And in the meantime, packets (and that's any packet, not just picture updates...) can take a second to send.. so the user experience suffers.
The difficulty here is that during those first ~120ms, we may have already encoded and queued another 6 packets...
We may get a signal in the form of a socket timeout or of partial send, but this would be caught very deep in the network layer, far from where we would be able to do anything about it.
So I have a patch that tries to deal with this by scheduling very short timers, that we cancel if the send completes in time. This timeout value is still TBD, and may vary from OS to OS... testing will tell.
This at least prevents things from getting completely out of control, but it does create some stuttering as it overcompensates. Synchronizing via the UI thread may not be the right thing to do here (too slow / expensive).
Also, it turns any form of congestion into an increase in batch delay, which may not be the right thing to do if the send queue is busy (could be another window), as this is too drastic.
Combining this approach with a soft bandwidth limit could smooth things out better.
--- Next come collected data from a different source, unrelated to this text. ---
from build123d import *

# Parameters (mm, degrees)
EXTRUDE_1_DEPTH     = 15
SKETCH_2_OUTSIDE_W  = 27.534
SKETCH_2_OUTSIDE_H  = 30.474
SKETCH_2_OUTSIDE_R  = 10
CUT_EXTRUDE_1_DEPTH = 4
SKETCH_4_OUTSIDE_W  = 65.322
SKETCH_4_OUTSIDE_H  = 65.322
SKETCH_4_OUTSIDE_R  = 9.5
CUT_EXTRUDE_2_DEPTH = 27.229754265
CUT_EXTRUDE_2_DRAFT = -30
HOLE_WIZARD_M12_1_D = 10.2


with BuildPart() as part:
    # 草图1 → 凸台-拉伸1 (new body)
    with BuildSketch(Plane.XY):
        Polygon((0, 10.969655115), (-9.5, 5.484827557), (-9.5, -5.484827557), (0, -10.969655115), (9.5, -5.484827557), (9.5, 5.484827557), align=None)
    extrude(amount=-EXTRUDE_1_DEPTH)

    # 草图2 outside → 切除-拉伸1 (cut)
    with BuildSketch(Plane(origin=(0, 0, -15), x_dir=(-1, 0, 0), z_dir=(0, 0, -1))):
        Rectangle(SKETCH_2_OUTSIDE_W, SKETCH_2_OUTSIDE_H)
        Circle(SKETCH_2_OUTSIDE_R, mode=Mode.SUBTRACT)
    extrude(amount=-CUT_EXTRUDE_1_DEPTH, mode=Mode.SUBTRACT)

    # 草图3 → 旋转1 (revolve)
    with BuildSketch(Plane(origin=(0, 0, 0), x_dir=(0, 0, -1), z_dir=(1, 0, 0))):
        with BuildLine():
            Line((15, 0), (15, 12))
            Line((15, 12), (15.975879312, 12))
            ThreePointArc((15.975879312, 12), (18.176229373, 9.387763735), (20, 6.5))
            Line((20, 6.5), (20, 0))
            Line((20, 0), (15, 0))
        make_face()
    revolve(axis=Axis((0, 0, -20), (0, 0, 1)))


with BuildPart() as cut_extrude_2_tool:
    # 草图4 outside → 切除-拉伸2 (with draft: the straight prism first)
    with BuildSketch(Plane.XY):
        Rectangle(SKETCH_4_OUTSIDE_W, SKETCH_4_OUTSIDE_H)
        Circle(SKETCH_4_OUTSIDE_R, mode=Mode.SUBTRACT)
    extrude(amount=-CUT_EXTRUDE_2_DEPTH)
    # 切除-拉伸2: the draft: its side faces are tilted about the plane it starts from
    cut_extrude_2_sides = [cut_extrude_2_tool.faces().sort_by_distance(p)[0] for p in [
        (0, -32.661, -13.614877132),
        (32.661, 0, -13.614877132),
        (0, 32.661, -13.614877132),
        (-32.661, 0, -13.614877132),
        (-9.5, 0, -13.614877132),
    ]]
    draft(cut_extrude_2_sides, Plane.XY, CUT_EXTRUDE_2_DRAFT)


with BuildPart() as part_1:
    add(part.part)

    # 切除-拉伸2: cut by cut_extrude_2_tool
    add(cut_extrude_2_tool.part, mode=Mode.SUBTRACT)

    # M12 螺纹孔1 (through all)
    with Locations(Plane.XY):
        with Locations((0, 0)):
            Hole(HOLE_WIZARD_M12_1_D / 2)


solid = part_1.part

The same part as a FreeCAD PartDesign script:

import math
import FreeCAD as App
import Part
import Sketcher

V = App.Vector
Q = App.Units.Quantity


def faces_at(feature, points):
    """Names of the faces that lie closest to the given points."""
    faces = feature.Shape.Faces
    near = lambda p: min(range(len(faces)), key=lambda i: faces[i].distToShape(Part.Vertex(*p))[0])
    return sorted({f"Face{near(p) + 1}" for p in points})


def add_polygon(sketch, points):
    """Adds a closed chain of lines whose ends are joined by coincident constraints."""
    first, n = sketch.GeometryCount, len(points)
    for a, b in zip(points, points[1:] + points[:1]):
        sketch.addGeometry(Part.LineSegment(App.Vector(*a, 0), App.Vector(*b, 0)), False)
    for i in range(n):
        sketch.addConstraint(Sketcher.Constraint("Coincident", first + i, 2, first + (i + 1) % n, 1))

doc = App.newDocument("Part")
body = doc.addObject("PartDesign::Body", "Body")

# Sketch on XY plane
sketch1 = doc.addObject("Sketcher::SketchObject", "Sketch")
body.addObject(sketch1)
sketch1.AttachmentSupport = (doc.XY_Plane, [""])
sketch1.MapMode = "FlatFace"
add_polygon(sketch1, [(0, 10.969655), (-9.5, 5.484828), (-9.5, -5.484828), (0, -10.969655), (9.5, -5.484828), (9.5, 5.484828)])  # lines 0-5
sketch1.addConstraint(Sketcher.Constraint("Vertical", 1))
sketch1.addConstraint(Sketcher.Constraint("Vertical", 4))
sketch1.addConstraint(Sketcher.Constraint("Symmetric", 0, 2, 3, 2, -1, 1))
sketch1.addConstraint(Sketcher.Constraint("Symmetric", 2, 2, 5, 2, -1, 1))
sketch1.addConstraint(Sketcher.Constraint("PointOnObject", 2, 2, -2))
sketch1.addConstraint(Sketcher.Constraint("Parallel", 2, 5))
sketch1.addConstraint(Sketcher.Constraint("Horizontal", 1, 2, 3, 2))
sketch1.addConstraint(Sketcher.Constraint("Angle", 0, Q("-150 deg")))
sketch1.addConstraint(Sketcher.Constraint("DistanceX", 1, 2, 3, 2, Q("19 mm")))
sketch1.addConstraint(Sketcher.Constraint("DistanceY", 1, 2, 1, 1, Q("10.969655 mm")))
pad1 = doc.addObject("PartDesign::Pad", "Pad")
body.addObject(pad1)
pad1.Profile = sketch1
pad1.Length = 15
pad1.Reversed = True

# Sketch on XY plane
sketch2 = doc.addObject("Sketcher::SketchObject", "Sketch001")
body.addObject(sketch2)
sketch2.AttachmentSupport = (doc.XY_Plane, [""])
sketch2.MapMode = "FlatFace"
sketch2.AttachmentOffset = App.Placement(V(0, 0, -15), App.Rotation())
add_polygon(sketch2, [(13.767, 15.237), (13.767, -15.237), (-13.767, -15.237), (-13.767, 15.237)])  # lines 0-3
sketch2.addGeometry(Part.Circle(V(0, 0, 0), V(0, 0, 1), 10), False)  # 4
sketch2.addConstraint(Sketcher.Constraint("Vertical", 0))
sketch2.addConstraint(Sketcher.Constraint("Horizontal", 1))
sketch2.addConstraint(Sketcher.Constraint("Vertical", 2))
sketch2.addConstraint(Sketcher.Constraint("Horizontal", 3))
sketch2.addConstraint(Sketcher.Constraint("Coincident", 4, 3, -1, 1))
sketch2.addConstraint(Sketcher.Constraint("Symmetric", 0, 2, 2, 2, -1, 1))
sketch2.addConstraint(Sketcher.Constraint("Diameter", 4, Q("20 mm")))
sketch2.addConstraint(Sketcher.Constraint("DistanceX", 1, 2, 1, 1, Q("27.534 mm")))
sketch2.addConstraint(Sketcher.Constraint("DistanceY", 0, 2, 0, 1, Q("30.474 mm")))
pocket1 = doc.addObject("PartDesign::Pocket", "Pocket")
body.addObject(pocket1)
pocket1.Profile = sketch2
pocket1.Length = 4
pocket1.Reversed = True

# Sketch on YZ plane
sketch3 = doc.addObject("Sketcher::SketchObject", "Sketch002")
body.addObject(sketch3)
sketch3.AttachmentSupport = (doc.YZ_Plane, [""])
sketch3.MapMode = "FlatFace"
sketch3.addGeometry(Part.LineSegment(V(12, -15, 0), V(0, -15, 0)), False)
sketch3.addGeometry(Part.LineSegment(V(0, -15, 0), V(0, -20, 0)), False)
sketch3.addGeometry(Part.LineSegment(V(0, -20, 0), V(6.5, -20, 0)), False)
sketch3.addGeometry(Part.ArcOfCircle(Part.Circle(V(-5.374342, 2, 0), V(0, 0, 1), 25), math.radians(-61.642363), math.radians(-45.97488)), False)
sketch3.addGeometry(Part.LineSegment(V(12, -15.975879, 0), V(12, -15, 0)), False)
sketch3.addConstraint(Sketcher.Constraint("Coincident", 0, 2, 1, 1))
sketch3.addConstraint(Sketcher.Constraint("Coincident", 1, 2, 2, 1))
sketch3.addConstraint(Sketcher.Constraint("Coincident", 2, 2, 3, 1))
sketch3.addConstraint(Sketcher.Constraint("Coincident", 3, 2, 4, 1))
sketch3.addConstraint(Sketcher.Constraint("Coincident", 4, 2, 0, 1))
sketch3.addConstraint(Sketcher.Constraint("Horizontal", 0))
sketch3.addConstraint(Sketcher.Constraint("Vertical", 1))
sketch3.addConstraint(Sketcher.Constraint("Horizontal", 2))
sketch3.addConstraint(Sketcher.Constraint("Vertical", 4))
sketch3.addConstraint(Sketcher.Constraint("PointOnObject", 0, 2, -2))
sketch3.addConstraint(Sketcher.Constraint("Radius", 3, Q("25 mm")))
sketch3.addConstraint(Sketcher.Constraint("DistanceX", 0, 2, 0, 1, Q("12 mm")))
sketch3.addConstraint(Sketcher.Constraint("DistanceY", 1, 2, 1, 1, Q("5 mm")))
sketch3.addConstraint(Sketcher.Constraint("DistanceX", 2, 1, 2, 2, Q("6.5 mm")))
sketch3.addConstraint(Sketcher.Constraint("DistanceY", -1, 1, 3, 3, Q("2 mm")))
sketch3.addConstraint(Sketcher.Constraint("DistanceY", 0, 2, -1, 1, Q("15 mm")))
revolution = doc.addObject("PartDesign::Revolution", "Revolution")
body.addObject(revolution)
revolution.Profile = sketch3
revolution.ReferenceAxis = (sketch3, ["V_Axis"])
revolution.Angle = 360
body2 = doc.addObject("PartDesign::Body", "Body001")

# Sketch on XY plane
sketch4 = doc.addObject("Sketcher::SketchObject", "Sketch003")
body2.addObject(sketch4)
sketch4.AttachmentSupport = (doc.getObject("XY_Plane001"), [""])
sketch4.MapMode = "FlatFace"
add_polygon(sketch4, [(-32.661, 32.661), (-32.661, -32.661), (32.661, -32.661), (32.661, 32.661)])  # lines 0-3
sketch4.addGeometry(Part.Circle(V(0, 0, 0), V(0, 0, 1), 9.5), False)  # 4
sketch4.addConstraint(Sketcher.Constraint("Vertical", 0))
sketch4.addConstraint(Sketcher.Constraint("Horizontal", 1))
sketch4.addConstraint(Sketcher.Constraint("Vertical", 2))
sketch4.addConstraint(Sketcher.Constraint("Horizontal", 3))
sketch4.addConstraint(Sketcher.Constraint("Coincident", 4, 3, -1, 1))
sketch4.addConstraint(Sketcher.Constraint("Symmetric", 0, 2, 2, 2, -1, 1))
sketch4.addConstraint(Sketcher.Constraint("Equal", 3, 0))
sketch4.addConstraint(Sketcher.Constraint("Diameter", 4, Q("19 mm")))
sketch4.addConstraint(Sketcher.Constraint("DistanceX", 1, 1, 1, 2, Q("65.322 mm")))
pad2 = doc.addObject("PartDesign::Pad", "Pad001")
body2.addObject(pad2)
pad2.Profile = sketch4
pad2.Length = 27.229754
pad2.Reversed = True
doc.recompute()

draft = doc.addObject("PartDesign::Draft", "Draft")
body2.addObject(draft)
draft.Base = (pad2, faces_at(pad2, [
    (0, -32.661, -13.615),
    (32.661, 0, -13.615),
    (0, 32.661, -13.615),
    (-32.661, 0, -13.615),
    (-9.5, 0, -13.615),
]))
draft.NeutralPlane = (doc.getObject("XY_Plane001"), [""])
draft.Angle = 30
draft.Reversed = True
doc.recompute()

boolean = doc.addObject("PartDesign::Boolean", "Boolean")
body.addObject(boolean)
boolean.Type = "Cut"
boolean.addObjects([body2])

# Sketch on XY plane
sketch5 = doc.addObject("Sketcher::SketchObject", "Sketch004")
body.addObject(sketch5)
sketch5.AttachmentSupport = (doc.XY_Plane, [""])
sketch5.MapMode = "FlatFace"
sketch5.addGeometry(Part.Circle(V(0, 0, 0), V(0, 0, 1), 5.1), False)
sketch5.addConstraint(Sketcher.Constraint("Coincident", 0, 3, -1, 1))
sketch5.addConstraint(Sketcher.Constraint("Diameter", 0, Q("10.2 mm")))
doc.recompute()
hole = doc.addObject("PartDesign::Hole", "Hole")
body.addObject(hole)
hole.Profile = sketch5
hole.ThreadType = "None"
hole.Diameter = 10.2
hole.DepthType = "ThroughAll"

doc.recompute()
Changed 3 weeks ago by Antoine Martin

work in progress patch

comment:16 Changed 3 weeks ago by Antoine Martin

Some preparatory / related work:

  • r17447: remove "send-speed" batch factor (unreliable and superseded by this ticket)
  • r17448 + r17449: code cleanup / tidy up

The patch above applies to r17449.

Still TODO:

  • seems that a race condition can cause all screen updates to stop!
  • verify that this change doesn't negatively affect full-speed connections (extra calculations and branches, timers, etc)
  • verify on other OS, other types of connections (udp, ssh, etc)
  • expose new data via "xpra info"
  • derive the soft bandwidth limit
  • try harder to avoid using png: when limiting the bandwidth to 1Mbps (see #417), a single medium size png frame can take 5 seconds to send! (~600KB)
  • need to adjust speed and quality auto-tuning with congestion events, and include (soft) bandwidth limit in the heuristics
  • move the encode thread pause code: it applies to damage packets from all window sources since they all share the same thread (generalize the code so source doesn't need to know about the damage sequence)
  • clipboard packets also use the encode thread and generally don't need throttling (and throttling them can cause problems.. priority queues?) - same for cleanup functions, those don't need to wait
  • ideally: get rid of closures from queue_damage_packet
  • some constants should be derived: how long we pause sending during congestion, how long a send is expected to take

Changed 3 weeks ago by Antoine Martin

updated patch

comment:17 Changed 3 weeks ago by Antoine Martin

Much improved patch attached:

  • adds some xpra info (more needed)
  • detects bandwidth limit, moves it to source so it applies to all windows
  • discounts speed and quality when we detect congestion
  • tries harder not to use png

Most work items from comment:16 remain, and also some new ones:

  • split the patch and merge the bandwidth detection first, fix cystats
  • we should support bandwidth-limit=none to turn off all congestion code, even detected bandwidth - without using env vars
  • try harder to stop queuing more packets when we already have late_packets
  • bandwidth budget: evaluate the compressed frame size before proceeding? (on very limited bandwidth setup, each frame may use 25% or more of the bandwidth, allowing it through when we get just under 100% of the budget may still be too much)
  • auto-refresh kicks in because we delay things so much that we never reach the code that re-schedules it... same for get_refresh_subregion_encoding
  • initial speed and quality should be lower when the bandwidth-limit is low
  • cythonize more? use numpy for replacing deque? see Ring buffers in Python/Numpy
  • maybe the encode queue logic could be re-worked to support multi-queues per window, to try to provide fairer queuing

comment:18 Changed 3 weeks ago by Antoine Martin

Available bandwidth detection added in r17452.
This alone makes a huge improvement in user experience on bandwidth constrained links.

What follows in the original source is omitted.